The answer to this question comes down to two things:
- our algorithm
- the frequency of data collection
Our SmartFactor algorithm takes into account the detail of data we’re able to collect for each state. In the case of NY Lottery, we collect data two ways – by scraping it from the lottery website every day AND by submitting a freedom of information request on a regular basis. They do not publish the Est % of tickets sold through either of these data sources. But this is where the FREQUENCY of data collection becomes important.
The frequency of data collection allows us to gather and store the game data on a regular schedule in our database. We do not just look at the game data at one point in time. We collect it, store it, and use it over time. We’ve been doing this since 2011. The more data we collect over time the more confidence we have for our estimated % of tickets sold calculation.
We start by scraping the games from the website every day. This tells us when there are new games released. We then ask for the detailed prizes remaining through the freedom of information request (FOIA)
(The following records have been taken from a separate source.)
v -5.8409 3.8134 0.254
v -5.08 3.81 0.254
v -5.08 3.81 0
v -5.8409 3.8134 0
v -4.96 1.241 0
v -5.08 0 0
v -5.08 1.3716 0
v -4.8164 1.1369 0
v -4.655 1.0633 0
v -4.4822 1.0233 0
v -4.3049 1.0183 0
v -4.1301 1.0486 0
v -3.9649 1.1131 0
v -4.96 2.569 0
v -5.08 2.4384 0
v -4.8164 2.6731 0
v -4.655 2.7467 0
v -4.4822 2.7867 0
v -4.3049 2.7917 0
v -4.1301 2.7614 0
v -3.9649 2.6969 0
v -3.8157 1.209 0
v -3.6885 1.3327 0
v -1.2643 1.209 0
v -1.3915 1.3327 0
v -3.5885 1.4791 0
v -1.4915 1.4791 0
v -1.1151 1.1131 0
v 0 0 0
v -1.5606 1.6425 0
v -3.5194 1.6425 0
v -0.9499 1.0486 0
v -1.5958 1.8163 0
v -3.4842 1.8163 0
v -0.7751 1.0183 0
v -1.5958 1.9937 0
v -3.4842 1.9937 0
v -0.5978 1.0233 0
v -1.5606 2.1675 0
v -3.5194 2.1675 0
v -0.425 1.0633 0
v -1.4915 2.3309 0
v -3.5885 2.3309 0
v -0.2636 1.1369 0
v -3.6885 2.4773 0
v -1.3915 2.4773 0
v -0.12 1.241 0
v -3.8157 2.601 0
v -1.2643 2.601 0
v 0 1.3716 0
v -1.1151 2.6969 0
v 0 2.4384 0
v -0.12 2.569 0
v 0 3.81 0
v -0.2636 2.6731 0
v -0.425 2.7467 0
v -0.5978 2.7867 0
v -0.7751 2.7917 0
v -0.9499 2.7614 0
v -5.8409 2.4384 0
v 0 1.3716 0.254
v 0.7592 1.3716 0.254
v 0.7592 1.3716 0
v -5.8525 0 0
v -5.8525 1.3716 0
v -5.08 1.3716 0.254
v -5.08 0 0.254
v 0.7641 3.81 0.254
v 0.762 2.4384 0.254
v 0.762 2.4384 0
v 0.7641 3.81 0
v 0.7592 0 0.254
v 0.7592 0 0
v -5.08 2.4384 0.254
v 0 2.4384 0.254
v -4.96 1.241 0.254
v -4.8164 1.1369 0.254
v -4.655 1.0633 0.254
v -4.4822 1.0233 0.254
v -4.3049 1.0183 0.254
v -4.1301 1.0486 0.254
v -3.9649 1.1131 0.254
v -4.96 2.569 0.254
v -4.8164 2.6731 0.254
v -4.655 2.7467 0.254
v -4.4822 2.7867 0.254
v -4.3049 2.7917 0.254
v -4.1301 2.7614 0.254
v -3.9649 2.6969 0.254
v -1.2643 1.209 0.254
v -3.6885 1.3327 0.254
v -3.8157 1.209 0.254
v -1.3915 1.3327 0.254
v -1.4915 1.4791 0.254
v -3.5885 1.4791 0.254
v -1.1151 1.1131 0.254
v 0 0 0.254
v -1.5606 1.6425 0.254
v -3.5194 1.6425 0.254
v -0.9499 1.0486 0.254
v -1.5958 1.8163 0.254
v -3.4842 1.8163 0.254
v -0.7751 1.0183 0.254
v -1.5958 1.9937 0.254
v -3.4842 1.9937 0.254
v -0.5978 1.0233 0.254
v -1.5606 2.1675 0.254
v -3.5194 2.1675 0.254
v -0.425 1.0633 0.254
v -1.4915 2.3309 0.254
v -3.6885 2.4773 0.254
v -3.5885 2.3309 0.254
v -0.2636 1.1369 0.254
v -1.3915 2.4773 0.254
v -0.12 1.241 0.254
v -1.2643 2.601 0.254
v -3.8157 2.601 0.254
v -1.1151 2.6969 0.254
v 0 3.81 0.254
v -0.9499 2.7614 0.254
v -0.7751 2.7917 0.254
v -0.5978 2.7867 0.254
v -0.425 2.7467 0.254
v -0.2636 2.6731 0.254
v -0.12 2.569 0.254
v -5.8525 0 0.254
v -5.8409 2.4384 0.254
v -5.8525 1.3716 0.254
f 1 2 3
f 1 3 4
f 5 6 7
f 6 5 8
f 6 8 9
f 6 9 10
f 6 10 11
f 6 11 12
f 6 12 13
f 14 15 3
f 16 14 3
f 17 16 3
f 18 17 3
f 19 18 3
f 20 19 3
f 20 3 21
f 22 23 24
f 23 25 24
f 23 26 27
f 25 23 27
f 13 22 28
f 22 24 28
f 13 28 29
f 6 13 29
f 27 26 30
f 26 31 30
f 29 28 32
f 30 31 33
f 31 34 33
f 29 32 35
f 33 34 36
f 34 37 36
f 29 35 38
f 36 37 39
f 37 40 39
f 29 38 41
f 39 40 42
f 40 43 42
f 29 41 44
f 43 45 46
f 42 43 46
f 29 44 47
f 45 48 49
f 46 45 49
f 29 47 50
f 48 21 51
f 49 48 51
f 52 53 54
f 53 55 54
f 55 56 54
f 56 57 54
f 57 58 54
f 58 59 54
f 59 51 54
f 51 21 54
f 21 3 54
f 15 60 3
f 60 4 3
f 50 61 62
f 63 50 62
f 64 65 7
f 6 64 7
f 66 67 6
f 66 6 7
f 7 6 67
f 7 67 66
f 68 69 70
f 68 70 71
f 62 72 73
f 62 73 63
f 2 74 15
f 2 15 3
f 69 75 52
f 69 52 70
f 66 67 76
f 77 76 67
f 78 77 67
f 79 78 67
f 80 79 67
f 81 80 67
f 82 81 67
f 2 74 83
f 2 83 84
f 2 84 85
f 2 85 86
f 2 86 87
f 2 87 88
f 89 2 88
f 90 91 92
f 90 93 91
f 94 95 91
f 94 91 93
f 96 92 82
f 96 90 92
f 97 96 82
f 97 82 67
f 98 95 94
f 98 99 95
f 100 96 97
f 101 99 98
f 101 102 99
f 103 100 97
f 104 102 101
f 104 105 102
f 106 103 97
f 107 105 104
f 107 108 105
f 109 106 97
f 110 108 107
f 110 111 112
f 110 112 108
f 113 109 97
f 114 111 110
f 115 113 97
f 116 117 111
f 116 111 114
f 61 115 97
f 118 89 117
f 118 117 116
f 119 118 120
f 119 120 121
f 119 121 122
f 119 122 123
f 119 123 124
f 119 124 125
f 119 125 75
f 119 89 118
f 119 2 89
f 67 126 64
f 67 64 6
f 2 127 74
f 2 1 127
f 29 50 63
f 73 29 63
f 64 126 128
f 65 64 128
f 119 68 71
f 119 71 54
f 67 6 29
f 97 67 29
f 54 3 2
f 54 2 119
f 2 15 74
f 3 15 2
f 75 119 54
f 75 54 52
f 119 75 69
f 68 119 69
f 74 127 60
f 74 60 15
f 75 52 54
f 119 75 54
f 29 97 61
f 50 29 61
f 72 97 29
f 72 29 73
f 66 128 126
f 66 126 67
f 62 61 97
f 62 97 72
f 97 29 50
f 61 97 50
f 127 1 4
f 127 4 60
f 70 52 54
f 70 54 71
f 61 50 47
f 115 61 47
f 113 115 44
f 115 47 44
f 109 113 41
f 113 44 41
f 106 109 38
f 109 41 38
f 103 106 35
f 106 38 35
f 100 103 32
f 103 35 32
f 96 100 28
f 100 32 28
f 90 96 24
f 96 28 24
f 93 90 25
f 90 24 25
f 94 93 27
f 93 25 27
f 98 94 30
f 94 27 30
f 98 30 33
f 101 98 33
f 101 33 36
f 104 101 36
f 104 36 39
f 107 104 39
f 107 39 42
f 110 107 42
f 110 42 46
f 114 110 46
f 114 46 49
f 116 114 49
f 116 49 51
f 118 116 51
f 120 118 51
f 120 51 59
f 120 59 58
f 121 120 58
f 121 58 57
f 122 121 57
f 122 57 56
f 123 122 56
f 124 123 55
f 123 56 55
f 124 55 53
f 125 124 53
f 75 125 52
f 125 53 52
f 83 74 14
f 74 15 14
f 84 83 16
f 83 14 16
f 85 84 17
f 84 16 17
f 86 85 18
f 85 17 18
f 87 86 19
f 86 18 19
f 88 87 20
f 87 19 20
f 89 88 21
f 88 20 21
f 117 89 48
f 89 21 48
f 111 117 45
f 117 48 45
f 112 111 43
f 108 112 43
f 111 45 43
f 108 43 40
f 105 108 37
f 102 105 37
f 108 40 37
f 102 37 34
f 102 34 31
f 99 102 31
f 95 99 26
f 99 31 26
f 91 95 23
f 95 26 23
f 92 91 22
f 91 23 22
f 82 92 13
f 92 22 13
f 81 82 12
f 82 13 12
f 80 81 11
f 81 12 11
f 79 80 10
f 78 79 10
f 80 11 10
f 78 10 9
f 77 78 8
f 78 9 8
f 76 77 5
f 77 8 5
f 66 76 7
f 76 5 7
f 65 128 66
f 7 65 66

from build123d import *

# Parameters (mm, degrees)
F0_W      = 5.08
F0_H      = 3.81
F1_DEPTH  = 0.254
F3_D      = 1.778
F3_DEPTH  = 25.4
F3_TIP    = 0.5341650903
F5_D      = 1.778
F5_DEPTH  = 25.4
F5_TIP    = 0.5341650903
F7_DEPTH  = 0.254
F9_DEPTH  = 0.254
F10_W     = 0.7592265029
F10_H     = 1.3716
F11_DEPTH = 0.254
F12_W     = 0.7725130153
F12_H     = 1.3716
F13_DEPTH = 0.254


# Not quite as in the source:
# - a feature names something its author has since deleted; it is built from what else it names


with BuildPart() as f1:
    # F0 (on Top) → F1 (new body)
    with BuildSketch(Plane.XY):
        with Locations((-2.54, 1.905)):
            Rectangle(F0_W, F0_H)
    extrude(amount=F1_DEPTH)

    # F3
    with Locations(Plane.XY.offset(0.254)):
        with Locations((-4.3688, 1.905)):
            Hole(F3_D / 2, depth=F3_DEPTH)
            with Locations((0, 0, -(F3_DEPTH + F3_TIP / 2))):  # 118° drill point
                Cone(0, F3_D / 2, F3_TIP, mode=Mode.SUBTRACT)

    # F5
    with Locations(Plane.XY.offset(0.254)):
        with Locations((-0.7112, 1.905)):
            Hole(F5_D / 2, depth=F5_DEPTH)
            with Locations((0, 0, -(F5_DEPTH + F5_TIP / 2))):  # 118° drill point
                Cone(0, F5_D / 2, F5_TIP, mode=Mode.SUBTRACT)


with BuildPart() as f7:
    # F6 (on face) → F7 (new body)
    with BuildSketch(Plane.XY.offset(0.254)):
        Polygon((0.7640526164, 3.81), (0, 3.81), (0, 2.4384), (0.762, 2.4384), align=None)
    extrude(amount=-F7_DEPTH)


with BuildPart() as f9:
    # F8 (on face) → F9 (new body)
    with BuildSketch(Plane.XY.offset(0.254)):
        Polygon((-5.8408910409, 2.4384), (-5.08, 2.4384), (-5.08, 3.81), (-5.8408910409, 3.8134478964), align=None)
    extrude(amount=-F9_DEPTH)


with BuildPart() as f11:
    # F10 (on face) → F11 (new body)
    with BuildSketch(Plane.XY.offset(0.254)):
        with Locations((0.3796132514, 0.6858)):
            Rectangle(F10_W, F10_H)
    extrude(amount=-F11_DEPTH)


with BuildPart() as f13:
    # F12 (on face) → F13 (new body)
    with BuildSketch(Plane.XY.offset(0.254)):
        with Locations((-5.4662565076, 0.6858)):
            Rectangle(F12_W, F12_H)
    extrude(amount=-F13_DEPTH)


solid = Compound([f1.part, f7.part, f9.part, f11.part, f13.part])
The FOIA report the NY Lottery sends out provides the total prizes paid and the total prizes unpaid for ALL prize levels for all games. With this information, our algorithm will work backward, using each games overall odds to calculate the total number of tickets printed. At that point, we have everything we need to determine the estimated % of tickets sold for the date of that FOIA Report.
We’ve invested a lot of time, energy and experience to automate this process and perform it every time we collect the data. By doing this over and over again, and tracking all of this data over time, we’ve become very accurate and confident with our Estimated % sold for NY lottery.
However, to be completely honest, the NY lottery is one of our toughest states for processing lottery data. Most states publish everything we need on their website. NY Lottery does not. For our analysis to work, we are not 100% automated. The FOIA step requires manual intervention in our automated processes. Because of this manual step in our process, we have a team of data stewards who focus on reviewing and validating the NY lottery data we collect every week.
Once in a while, we’ll repost a NY report when we catch an error. This has happened 3 times over the last 2 years, so we are not perfect. Even with our occasional ‘reposts’, we know we have the very best process and detailed data for NY Scratch-off games that anyone is going to get.